Владимир Шахрин о роке, 90-х и семье

16.12.2019

Двадцать пять лет назад на рок-концертах, где выступали сразу несколько известных групп, все музыканты непременно пели песню «Поплачь о нем» группы «Чайф», а слушатели вставали и брались за руки…

– Слушает ли сегодня «Чайф» молодое поколение?

– Вы знаете, самое интересное, что слушает, но мы не заигрываем с молодым поколением, не стараемся им понравиться. Мы – востребованная группа, все время на концертах, у нас не было возможности стать ретро-коллективом, который иногда достают со словами: «Ух ты, помните, как они гремели 20 или 30 лет назад, давайте-ка их вытащим на сцену на «Дискотеку 80-х», только пыль отряхнем». 

«Чайф» – живая и развивающаяся группа, и, надеюсь, современная. Мы закончили новый альбом «Слова на бумаге», который недавно вышел. И услышали вот такое мнение: «Отличная пластинка, актуальная и ни разу не устаревшая».

– А рок интересен именно молодым исполнителям? 

– Рок-музыка – это на данный момент абсолютно устоявшийся музыкальный жанр, который прошел все периоды становления. Точно так же, как джазовая музыка была музыкой первой половины XX века, появилась в негритянских кварталах, очень закрытая, на узкий круг слушателей, танцевальная, эротичная. 

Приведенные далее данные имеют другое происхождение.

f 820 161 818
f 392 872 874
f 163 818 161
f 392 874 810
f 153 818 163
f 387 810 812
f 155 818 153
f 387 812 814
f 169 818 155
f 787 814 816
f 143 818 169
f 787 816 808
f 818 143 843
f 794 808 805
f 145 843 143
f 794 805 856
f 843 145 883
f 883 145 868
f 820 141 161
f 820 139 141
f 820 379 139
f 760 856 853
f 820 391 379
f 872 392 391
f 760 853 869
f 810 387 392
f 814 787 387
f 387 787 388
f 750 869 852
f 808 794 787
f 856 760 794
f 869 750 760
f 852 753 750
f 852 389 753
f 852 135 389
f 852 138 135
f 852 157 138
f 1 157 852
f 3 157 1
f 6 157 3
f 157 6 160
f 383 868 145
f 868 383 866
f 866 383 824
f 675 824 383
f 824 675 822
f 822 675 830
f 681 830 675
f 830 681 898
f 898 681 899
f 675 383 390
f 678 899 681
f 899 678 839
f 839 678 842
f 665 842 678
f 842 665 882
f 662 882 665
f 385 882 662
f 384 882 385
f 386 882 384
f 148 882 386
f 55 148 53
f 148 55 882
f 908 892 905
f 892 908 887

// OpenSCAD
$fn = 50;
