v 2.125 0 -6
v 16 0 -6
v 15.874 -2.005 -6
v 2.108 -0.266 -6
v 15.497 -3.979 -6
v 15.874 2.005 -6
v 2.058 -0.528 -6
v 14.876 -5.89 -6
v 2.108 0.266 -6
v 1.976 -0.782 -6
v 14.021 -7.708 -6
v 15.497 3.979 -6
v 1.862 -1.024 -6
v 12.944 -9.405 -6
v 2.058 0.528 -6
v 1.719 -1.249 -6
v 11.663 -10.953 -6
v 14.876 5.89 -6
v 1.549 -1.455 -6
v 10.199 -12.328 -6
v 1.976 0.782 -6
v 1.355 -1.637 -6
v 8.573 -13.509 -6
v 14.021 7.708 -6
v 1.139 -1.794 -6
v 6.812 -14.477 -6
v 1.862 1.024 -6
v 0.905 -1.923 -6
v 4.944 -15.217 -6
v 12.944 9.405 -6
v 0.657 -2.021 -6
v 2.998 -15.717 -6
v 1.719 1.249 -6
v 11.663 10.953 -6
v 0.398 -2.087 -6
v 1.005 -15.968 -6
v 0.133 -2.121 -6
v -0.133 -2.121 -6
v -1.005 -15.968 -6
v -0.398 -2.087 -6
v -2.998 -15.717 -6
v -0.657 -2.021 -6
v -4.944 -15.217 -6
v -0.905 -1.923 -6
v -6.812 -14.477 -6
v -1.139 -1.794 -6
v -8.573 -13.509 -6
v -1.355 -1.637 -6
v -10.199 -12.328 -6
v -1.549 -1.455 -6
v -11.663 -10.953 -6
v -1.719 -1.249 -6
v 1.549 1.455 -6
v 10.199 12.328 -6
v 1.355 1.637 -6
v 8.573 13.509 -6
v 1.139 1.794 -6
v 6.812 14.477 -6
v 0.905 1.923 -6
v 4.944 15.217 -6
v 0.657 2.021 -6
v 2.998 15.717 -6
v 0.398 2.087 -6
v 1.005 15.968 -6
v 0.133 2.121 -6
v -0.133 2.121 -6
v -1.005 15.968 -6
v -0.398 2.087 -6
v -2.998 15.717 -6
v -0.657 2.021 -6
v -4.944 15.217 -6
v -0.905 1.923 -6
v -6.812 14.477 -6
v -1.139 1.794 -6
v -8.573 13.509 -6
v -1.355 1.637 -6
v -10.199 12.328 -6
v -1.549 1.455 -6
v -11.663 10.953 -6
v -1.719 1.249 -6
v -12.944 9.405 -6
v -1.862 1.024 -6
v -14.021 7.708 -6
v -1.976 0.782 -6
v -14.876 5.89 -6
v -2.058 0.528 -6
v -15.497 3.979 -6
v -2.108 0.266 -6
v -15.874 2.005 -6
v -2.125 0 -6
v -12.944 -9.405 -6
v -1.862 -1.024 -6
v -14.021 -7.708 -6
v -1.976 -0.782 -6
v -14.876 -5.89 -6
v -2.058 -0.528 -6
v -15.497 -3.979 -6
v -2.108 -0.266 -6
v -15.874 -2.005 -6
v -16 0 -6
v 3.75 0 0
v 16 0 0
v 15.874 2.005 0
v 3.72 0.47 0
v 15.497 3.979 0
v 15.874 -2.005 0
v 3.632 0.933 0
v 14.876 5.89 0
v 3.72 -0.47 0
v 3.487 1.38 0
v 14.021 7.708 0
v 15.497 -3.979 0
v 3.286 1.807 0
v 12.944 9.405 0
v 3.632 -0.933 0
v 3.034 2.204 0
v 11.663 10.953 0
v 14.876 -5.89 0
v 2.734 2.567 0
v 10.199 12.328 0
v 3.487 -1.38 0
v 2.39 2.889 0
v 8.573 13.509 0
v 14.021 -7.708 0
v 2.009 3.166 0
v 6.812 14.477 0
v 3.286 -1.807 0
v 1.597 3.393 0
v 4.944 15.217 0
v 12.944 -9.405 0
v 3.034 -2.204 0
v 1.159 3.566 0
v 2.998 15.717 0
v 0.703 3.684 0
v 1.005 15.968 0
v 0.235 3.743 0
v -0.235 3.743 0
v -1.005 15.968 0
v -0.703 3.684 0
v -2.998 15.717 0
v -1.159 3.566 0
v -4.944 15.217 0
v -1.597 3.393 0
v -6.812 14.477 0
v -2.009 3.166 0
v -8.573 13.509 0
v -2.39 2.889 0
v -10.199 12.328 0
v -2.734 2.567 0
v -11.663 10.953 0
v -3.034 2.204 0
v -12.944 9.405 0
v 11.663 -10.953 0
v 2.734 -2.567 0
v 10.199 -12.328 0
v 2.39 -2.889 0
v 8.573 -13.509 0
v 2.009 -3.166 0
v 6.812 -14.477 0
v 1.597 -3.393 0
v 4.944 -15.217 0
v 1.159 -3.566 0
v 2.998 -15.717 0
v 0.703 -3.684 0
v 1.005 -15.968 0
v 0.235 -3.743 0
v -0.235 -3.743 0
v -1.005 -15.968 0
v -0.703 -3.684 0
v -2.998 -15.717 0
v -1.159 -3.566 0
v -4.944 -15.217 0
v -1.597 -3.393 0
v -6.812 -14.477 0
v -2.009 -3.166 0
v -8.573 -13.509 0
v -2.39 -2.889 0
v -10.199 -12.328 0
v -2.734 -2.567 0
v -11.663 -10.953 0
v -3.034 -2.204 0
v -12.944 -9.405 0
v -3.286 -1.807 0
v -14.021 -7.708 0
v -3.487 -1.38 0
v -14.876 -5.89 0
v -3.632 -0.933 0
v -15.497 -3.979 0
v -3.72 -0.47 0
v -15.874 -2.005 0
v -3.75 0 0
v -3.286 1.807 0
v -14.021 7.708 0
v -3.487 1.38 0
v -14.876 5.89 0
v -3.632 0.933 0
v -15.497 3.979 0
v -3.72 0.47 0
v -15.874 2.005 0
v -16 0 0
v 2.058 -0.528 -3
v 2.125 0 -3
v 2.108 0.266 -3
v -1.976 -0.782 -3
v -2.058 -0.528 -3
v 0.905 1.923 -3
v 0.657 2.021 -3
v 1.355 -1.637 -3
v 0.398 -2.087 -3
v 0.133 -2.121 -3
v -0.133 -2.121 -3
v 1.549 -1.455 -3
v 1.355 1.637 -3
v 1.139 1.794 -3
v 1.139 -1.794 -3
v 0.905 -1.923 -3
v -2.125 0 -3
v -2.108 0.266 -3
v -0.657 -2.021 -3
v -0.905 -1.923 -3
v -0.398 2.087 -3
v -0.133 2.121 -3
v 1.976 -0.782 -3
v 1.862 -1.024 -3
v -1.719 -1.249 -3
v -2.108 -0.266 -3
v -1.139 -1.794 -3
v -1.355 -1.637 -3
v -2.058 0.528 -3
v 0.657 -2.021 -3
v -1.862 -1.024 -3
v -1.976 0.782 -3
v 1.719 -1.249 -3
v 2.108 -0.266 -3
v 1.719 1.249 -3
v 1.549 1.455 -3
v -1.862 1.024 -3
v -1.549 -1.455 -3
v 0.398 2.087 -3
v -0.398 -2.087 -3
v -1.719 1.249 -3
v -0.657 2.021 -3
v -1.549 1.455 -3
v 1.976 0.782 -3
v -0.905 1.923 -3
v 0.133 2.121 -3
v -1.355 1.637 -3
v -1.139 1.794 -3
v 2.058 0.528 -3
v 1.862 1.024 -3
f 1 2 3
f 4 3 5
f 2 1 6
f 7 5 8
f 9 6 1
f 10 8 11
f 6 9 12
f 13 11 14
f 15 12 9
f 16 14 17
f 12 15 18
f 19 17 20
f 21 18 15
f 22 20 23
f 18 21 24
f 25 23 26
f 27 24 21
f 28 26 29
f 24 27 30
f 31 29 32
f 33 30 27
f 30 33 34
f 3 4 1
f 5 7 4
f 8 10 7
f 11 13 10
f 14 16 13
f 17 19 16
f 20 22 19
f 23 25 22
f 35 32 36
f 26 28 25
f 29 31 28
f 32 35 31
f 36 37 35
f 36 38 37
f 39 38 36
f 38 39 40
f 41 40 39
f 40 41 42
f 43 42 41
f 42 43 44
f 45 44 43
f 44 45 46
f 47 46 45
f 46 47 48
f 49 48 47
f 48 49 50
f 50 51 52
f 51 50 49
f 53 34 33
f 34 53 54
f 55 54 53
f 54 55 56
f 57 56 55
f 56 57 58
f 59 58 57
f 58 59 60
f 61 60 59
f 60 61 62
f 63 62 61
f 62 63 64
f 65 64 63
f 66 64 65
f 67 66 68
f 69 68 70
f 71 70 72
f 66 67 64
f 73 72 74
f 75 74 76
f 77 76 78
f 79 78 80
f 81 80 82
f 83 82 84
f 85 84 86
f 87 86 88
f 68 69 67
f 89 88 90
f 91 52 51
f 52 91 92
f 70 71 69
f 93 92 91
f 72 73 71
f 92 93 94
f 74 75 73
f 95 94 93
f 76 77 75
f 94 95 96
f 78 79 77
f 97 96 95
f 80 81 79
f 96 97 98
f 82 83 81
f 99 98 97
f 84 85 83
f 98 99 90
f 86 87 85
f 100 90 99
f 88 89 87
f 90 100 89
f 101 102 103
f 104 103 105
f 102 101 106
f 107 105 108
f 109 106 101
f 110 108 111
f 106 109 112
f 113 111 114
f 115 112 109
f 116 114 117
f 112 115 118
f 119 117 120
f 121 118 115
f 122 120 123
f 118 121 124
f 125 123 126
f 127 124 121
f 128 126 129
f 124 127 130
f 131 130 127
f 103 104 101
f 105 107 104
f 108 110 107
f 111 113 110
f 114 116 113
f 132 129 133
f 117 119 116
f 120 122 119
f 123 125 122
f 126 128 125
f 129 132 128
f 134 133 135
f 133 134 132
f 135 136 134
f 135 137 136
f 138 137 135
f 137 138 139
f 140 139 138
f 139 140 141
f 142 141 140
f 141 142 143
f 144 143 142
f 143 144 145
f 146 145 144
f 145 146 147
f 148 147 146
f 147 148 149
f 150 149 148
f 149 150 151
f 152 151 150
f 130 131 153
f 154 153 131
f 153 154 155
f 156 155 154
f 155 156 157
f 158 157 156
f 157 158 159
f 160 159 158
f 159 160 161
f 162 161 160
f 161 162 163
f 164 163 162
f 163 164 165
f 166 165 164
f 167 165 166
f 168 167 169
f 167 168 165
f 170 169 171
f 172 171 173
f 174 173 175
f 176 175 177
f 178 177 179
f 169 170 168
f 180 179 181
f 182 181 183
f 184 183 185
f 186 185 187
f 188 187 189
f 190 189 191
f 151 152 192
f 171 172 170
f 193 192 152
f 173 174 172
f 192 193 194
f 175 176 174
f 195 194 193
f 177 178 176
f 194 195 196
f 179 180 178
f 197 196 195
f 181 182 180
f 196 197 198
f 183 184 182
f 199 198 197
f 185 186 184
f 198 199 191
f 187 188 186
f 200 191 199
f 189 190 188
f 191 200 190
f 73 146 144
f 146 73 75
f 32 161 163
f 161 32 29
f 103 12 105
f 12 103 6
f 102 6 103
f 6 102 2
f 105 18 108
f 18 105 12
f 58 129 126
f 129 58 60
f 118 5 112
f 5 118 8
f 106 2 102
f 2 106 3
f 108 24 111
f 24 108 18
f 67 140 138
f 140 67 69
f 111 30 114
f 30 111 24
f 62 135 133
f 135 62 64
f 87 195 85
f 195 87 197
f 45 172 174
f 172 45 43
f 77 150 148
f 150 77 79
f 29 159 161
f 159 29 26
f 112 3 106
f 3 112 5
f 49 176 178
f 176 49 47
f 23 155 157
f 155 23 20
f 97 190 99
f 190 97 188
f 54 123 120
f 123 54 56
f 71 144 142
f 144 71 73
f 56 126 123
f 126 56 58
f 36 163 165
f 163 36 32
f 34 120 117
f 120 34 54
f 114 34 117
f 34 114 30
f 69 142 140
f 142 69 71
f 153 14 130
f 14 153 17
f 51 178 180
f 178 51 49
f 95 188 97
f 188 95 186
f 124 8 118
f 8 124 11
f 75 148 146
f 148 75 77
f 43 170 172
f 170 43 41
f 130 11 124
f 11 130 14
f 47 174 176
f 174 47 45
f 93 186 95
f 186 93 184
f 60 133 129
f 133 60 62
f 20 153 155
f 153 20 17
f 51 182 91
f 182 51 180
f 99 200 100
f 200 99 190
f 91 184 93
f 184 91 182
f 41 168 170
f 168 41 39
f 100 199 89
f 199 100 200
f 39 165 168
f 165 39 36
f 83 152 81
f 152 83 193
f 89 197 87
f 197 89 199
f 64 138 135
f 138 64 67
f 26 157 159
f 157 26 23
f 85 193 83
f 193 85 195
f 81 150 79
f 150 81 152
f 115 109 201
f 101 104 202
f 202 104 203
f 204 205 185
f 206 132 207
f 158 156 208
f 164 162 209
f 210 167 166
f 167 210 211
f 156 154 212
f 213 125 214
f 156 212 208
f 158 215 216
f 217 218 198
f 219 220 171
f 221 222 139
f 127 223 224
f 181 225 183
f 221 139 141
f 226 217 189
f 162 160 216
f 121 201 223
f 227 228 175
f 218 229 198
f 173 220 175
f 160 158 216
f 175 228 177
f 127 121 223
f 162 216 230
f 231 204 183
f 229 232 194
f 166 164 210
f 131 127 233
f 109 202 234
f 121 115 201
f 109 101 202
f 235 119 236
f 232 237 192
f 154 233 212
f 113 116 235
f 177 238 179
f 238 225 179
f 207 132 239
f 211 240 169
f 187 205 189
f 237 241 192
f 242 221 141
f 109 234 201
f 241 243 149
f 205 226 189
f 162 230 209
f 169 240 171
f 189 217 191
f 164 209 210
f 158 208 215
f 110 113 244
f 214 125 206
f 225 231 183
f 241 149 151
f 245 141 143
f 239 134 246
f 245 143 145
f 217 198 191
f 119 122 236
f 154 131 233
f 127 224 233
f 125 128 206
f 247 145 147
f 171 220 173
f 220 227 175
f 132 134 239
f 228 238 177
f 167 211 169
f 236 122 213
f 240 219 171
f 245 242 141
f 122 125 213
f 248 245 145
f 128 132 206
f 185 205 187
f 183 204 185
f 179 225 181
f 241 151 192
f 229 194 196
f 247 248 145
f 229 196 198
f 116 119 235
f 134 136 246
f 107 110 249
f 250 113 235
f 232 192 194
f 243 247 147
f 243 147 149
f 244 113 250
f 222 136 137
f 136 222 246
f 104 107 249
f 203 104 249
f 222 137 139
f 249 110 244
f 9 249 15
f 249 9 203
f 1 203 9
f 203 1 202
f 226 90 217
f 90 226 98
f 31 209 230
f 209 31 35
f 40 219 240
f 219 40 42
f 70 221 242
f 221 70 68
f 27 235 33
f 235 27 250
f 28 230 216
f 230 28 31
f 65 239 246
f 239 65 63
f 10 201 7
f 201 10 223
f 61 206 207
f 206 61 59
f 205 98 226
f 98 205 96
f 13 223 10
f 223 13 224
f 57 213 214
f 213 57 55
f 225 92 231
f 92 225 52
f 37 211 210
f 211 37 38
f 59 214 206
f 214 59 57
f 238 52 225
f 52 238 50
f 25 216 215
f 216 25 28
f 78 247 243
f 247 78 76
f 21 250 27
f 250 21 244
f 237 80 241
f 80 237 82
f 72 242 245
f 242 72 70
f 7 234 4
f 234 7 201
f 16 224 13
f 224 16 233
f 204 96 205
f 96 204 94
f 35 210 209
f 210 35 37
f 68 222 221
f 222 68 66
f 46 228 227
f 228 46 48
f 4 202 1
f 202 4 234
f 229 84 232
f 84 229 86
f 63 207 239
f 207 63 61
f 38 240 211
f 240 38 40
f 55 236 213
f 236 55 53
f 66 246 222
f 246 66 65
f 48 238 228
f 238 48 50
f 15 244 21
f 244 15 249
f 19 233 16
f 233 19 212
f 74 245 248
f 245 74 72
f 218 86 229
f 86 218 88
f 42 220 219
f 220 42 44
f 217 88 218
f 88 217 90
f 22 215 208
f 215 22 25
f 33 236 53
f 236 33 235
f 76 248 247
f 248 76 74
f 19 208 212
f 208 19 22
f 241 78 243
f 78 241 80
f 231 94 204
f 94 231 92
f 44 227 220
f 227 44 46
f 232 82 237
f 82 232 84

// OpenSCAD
$fn = 50;


difference() {
	union() {
		translate(v = [0, 0, -6.0000000000]) {
			cylinder(h = 6, r = 10.0000000000);
		}
		translate(v = [0, 0, -6.0000000000]) {
			cylinder(h = 6, r = 16.0000000000);
		}
	}
	union() {
		translate(v = [0, 0, 0]) {
			rotate(a = [0, 0, 0]) {
				difference() {
					union() {
						#translate(v = [0, 0, -6.0000000000]) {
							cylinder(h = 6, r = 2.0000000000);
						}
						#translate(v = [0, 0, -3]) {
							cylinder(h = 3, r = 10.0000000000, r1 = 2.1250000000, r2 = 3.7500000000);
						}
						#translate(v = [0, 0, -6.0000000000]) {
							cylinder(h = 6, r = 2.1250000000);
						}
						#translate(v = [0, 0, -6.0000000000]) {
							cylinder(h = 6, r = 2.0000000000);
						}
					}
					union();
				}
			}
		}
	}
}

Потом раз – и эту музыку начали слушать белые молодые студенты, ею стали интересоваться музыкально продвинутые люди. Большие дяди поняли: «Ух ты, на этом джазе можно и денег заработать». Сегодня молодые люди все равно играют джаз, хотя ничего принципиально нового в этом жанре они не предлагают. С рок-музыкой произошло то же самое на данный момент. Наверняка и дальше будут появляться молодые люди, кому эта музыка нравится, они будут учиться ей и будут делать свои произведения по каким-то существующим устоявшимся канонам, внося что-то от себя.

– Как вы относитесь к рэпу, который сейчас, кажется, больше предпочитают?

– Это совершенно не моя музыка. И абсолютно не новая: в 80-х годах в Америке уже были звезды мирового уровня, собирающие стадионы. Для меня в ней слишком много слов и слишком мало мелодии, мотивчиков, которые я могу насвистеть.

А благодаря своей злободневности рэп – вариант современных частушек. Мне кажется, очень созвучно традиции русских культурных уличных развлечений. Приезжали скоморохи в город, узнавали, что тут происходит, быстренько рифмовали, а мотивчик уже готовый, – и раз – люди слушают, открыв рот: «Это же про нашу жизнь!»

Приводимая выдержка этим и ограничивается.